WORK TASK — Quote exactly and only this range of lines in the data below: the line that holds "v 0 3.303 -12.799" to the line that holds "v 3.175 -8.42 -21.209", both included.

Collected data entries —
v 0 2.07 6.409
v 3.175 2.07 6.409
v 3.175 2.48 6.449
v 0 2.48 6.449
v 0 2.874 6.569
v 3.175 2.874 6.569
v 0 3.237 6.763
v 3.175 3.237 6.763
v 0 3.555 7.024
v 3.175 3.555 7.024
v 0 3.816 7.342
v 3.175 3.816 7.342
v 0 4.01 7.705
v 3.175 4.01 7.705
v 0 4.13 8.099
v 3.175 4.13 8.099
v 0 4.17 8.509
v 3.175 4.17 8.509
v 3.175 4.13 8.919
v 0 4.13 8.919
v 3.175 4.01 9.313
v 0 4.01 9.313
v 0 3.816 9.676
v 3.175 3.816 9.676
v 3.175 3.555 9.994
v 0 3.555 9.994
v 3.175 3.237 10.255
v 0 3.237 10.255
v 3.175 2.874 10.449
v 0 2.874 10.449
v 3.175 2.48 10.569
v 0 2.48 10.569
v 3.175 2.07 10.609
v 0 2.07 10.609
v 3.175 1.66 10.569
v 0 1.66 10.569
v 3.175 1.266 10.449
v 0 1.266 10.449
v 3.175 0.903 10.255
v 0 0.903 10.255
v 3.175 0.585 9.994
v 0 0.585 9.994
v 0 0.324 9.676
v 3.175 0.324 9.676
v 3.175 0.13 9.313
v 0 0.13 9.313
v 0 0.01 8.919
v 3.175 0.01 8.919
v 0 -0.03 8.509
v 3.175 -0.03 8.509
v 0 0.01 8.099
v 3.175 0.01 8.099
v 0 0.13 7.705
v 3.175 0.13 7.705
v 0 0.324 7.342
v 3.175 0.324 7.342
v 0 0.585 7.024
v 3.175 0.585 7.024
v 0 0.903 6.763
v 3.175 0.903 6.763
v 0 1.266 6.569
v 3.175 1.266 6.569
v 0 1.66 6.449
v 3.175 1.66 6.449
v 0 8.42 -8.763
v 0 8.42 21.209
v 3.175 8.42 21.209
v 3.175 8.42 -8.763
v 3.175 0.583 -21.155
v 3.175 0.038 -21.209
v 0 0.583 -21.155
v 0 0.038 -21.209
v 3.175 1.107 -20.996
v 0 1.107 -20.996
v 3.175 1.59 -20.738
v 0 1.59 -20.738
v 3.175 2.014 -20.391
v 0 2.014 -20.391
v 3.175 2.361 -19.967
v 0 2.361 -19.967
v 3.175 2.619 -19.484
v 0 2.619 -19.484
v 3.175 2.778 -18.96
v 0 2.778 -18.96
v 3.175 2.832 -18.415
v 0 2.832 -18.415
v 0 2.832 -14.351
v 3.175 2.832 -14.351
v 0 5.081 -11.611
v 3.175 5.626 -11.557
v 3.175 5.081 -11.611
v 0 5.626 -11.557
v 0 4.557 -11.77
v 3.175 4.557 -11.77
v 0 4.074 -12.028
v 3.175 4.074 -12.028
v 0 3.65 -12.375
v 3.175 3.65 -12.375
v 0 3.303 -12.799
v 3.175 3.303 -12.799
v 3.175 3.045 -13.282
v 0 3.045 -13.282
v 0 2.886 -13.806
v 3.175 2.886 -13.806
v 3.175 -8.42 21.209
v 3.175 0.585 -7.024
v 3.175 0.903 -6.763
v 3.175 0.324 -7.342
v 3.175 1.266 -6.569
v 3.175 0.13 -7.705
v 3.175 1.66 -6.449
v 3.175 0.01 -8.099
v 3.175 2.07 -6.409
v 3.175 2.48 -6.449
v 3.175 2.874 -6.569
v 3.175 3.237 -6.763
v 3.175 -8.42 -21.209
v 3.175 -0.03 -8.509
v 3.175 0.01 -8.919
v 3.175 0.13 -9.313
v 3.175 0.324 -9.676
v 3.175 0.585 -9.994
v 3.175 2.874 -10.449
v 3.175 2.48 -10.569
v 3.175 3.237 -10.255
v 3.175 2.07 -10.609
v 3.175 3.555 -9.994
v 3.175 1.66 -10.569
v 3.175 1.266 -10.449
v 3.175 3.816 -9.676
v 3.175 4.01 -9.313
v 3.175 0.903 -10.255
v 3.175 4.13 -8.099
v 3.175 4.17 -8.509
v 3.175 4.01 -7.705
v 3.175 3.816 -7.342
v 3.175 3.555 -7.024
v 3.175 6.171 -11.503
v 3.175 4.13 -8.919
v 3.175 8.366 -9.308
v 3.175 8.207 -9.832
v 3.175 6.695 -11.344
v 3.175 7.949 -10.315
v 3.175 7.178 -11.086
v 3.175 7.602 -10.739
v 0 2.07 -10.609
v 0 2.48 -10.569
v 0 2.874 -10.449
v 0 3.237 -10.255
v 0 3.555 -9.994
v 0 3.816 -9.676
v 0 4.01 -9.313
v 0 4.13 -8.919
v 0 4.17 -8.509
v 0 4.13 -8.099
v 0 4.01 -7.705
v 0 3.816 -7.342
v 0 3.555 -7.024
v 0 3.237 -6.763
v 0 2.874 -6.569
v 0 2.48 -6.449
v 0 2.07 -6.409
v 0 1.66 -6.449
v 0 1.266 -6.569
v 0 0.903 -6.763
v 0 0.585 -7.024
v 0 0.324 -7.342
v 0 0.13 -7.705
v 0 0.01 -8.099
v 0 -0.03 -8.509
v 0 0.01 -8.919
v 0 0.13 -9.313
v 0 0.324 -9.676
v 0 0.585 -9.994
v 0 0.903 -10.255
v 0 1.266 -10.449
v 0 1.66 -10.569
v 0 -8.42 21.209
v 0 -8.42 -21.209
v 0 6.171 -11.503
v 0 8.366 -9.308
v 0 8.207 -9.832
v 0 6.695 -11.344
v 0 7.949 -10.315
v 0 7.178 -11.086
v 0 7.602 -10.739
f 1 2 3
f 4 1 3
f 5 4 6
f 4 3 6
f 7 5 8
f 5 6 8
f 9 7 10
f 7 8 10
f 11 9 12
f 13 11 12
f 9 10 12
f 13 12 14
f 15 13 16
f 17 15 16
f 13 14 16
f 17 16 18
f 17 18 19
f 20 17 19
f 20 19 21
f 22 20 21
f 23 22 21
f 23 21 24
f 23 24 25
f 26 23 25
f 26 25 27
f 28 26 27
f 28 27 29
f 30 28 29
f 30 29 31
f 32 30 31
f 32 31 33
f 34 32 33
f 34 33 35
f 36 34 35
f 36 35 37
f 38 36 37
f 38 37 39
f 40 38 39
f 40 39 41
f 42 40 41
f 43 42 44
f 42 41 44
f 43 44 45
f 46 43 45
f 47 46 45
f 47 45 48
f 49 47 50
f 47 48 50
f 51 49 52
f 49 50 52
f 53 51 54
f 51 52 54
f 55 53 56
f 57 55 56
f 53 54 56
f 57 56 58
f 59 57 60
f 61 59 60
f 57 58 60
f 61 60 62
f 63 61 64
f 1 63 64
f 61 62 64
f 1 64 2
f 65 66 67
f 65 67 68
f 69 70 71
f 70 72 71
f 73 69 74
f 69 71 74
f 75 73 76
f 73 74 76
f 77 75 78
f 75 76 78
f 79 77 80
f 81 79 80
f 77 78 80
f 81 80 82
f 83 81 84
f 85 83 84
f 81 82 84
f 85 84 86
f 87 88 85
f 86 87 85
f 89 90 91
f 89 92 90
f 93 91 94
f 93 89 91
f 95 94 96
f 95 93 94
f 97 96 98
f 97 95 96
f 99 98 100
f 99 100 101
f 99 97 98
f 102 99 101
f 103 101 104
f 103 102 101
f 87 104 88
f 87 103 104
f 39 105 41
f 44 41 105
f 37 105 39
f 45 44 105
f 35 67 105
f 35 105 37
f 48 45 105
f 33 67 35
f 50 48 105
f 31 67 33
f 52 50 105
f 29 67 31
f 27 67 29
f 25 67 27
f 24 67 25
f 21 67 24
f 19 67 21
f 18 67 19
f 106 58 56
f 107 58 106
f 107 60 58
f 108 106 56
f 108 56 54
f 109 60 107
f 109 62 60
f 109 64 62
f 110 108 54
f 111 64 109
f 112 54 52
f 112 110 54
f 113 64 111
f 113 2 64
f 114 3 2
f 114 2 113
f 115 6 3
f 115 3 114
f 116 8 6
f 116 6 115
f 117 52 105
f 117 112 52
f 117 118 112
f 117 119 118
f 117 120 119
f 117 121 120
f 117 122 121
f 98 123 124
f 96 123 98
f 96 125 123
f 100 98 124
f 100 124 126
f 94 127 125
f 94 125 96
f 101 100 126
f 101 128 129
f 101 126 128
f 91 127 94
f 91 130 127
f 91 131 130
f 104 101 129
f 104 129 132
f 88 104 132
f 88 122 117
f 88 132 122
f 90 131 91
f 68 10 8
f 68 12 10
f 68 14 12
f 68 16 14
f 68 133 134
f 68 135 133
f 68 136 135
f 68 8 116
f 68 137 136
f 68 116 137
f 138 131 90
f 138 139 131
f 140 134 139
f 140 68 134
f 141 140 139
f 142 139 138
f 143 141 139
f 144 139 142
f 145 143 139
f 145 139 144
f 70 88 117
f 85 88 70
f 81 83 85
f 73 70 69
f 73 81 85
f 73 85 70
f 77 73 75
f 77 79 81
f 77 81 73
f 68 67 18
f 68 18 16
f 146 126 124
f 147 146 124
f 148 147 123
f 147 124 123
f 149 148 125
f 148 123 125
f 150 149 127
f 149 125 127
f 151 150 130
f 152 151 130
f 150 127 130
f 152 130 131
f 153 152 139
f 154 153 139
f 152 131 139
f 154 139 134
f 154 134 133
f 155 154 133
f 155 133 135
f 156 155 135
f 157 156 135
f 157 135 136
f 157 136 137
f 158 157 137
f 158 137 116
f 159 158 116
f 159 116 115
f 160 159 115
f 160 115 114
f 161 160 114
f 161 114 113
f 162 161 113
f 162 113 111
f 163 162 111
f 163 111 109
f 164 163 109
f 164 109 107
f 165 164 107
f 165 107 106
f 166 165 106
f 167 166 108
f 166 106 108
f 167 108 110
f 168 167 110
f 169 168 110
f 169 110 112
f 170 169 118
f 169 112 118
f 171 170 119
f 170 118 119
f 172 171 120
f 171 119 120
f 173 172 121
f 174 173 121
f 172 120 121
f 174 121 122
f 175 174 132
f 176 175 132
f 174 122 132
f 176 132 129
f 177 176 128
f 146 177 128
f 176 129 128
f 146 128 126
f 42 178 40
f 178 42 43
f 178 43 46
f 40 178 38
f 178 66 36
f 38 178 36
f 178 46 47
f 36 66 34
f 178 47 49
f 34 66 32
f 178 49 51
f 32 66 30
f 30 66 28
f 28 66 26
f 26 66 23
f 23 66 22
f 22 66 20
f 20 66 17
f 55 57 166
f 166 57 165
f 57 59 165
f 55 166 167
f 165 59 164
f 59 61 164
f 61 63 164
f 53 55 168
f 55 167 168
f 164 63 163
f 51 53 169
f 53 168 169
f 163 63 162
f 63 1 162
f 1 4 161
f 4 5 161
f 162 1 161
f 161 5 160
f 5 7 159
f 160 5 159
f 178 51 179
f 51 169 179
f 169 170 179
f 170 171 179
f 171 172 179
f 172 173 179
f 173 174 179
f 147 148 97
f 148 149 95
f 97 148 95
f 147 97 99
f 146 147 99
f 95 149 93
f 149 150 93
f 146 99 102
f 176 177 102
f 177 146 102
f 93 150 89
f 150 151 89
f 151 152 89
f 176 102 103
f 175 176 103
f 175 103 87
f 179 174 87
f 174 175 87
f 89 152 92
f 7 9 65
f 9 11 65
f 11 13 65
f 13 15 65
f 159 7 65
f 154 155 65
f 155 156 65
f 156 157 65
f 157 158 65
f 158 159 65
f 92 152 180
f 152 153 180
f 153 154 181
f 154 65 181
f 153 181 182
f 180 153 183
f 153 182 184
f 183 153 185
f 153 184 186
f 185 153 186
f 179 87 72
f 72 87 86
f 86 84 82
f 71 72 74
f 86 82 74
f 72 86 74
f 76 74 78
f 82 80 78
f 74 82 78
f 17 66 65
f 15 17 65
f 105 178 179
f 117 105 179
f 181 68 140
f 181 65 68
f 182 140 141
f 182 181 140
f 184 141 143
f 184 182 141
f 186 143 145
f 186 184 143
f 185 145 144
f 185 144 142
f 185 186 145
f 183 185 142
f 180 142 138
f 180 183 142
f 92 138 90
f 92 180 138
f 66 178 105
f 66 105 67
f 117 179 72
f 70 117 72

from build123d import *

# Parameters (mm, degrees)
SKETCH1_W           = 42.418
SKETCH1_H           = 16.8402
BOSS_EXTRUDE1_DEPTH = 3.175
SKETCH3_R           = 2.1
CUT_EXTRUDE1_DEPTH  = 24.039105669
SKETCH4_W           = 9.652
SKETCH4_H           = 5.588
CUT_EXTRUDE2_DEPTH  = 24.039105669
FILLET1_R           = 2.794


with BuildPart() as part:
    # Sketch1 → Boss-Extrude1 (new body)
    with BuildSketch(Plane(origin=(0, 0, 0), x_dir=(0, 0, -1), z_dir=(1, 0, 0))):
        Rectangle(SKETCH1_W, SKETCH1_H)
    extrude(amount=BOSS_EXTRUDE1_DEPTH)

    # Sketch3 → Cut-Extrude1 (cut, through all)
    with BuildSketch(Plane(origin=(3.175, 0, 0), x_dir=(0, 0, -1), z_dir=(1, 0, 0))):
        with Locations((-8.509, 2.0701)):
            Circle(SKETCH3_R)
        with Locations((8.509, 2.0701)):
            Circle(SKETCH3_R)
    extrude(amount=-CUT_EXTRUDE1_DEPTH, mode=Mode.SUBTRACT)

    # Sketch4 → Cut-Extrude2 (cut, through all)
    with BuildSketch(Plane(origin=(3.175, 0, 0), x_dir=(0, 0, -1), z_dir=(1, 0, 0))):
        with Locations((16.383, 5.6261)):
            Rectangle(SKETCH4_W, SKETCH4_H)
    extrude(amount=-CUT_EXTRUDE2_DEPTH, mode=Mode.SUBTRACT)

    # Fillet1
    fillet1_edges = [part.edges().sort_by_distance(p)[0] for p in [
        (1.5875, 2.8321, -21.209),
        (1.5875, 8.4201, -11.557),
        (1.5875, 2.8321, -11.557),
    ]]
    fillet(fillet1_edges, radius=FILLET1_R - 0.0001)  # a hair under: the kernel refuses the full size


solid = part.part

SOLUTION TO THIS TASK —
v 0 3.303 -12.799
v 3.175 3.303 -12.799
v 3.175 3.045 -13.282
v 0 3.045 -13.282
v 0 2.886 -13.806
v 3.175 2.886 -13.806
v 3.175 -8.42 21.209
v 3.175 0.585 -7.024
v 3.175 0.903 -6.763
v 3.175 0.324 -7.342
v 3.175 1.266 -6.569
v 3.175 0.13 -7.705
v 3.175 1.66 -6.449
v 3.175 0.01 -8.099
v 3.175 2.07 -6.409
v 3.175 2.48 -6.449
v 3.175 2.874 -6.569
v 3.175 3.237 -6.763
v 3.175 -8.42 -21.209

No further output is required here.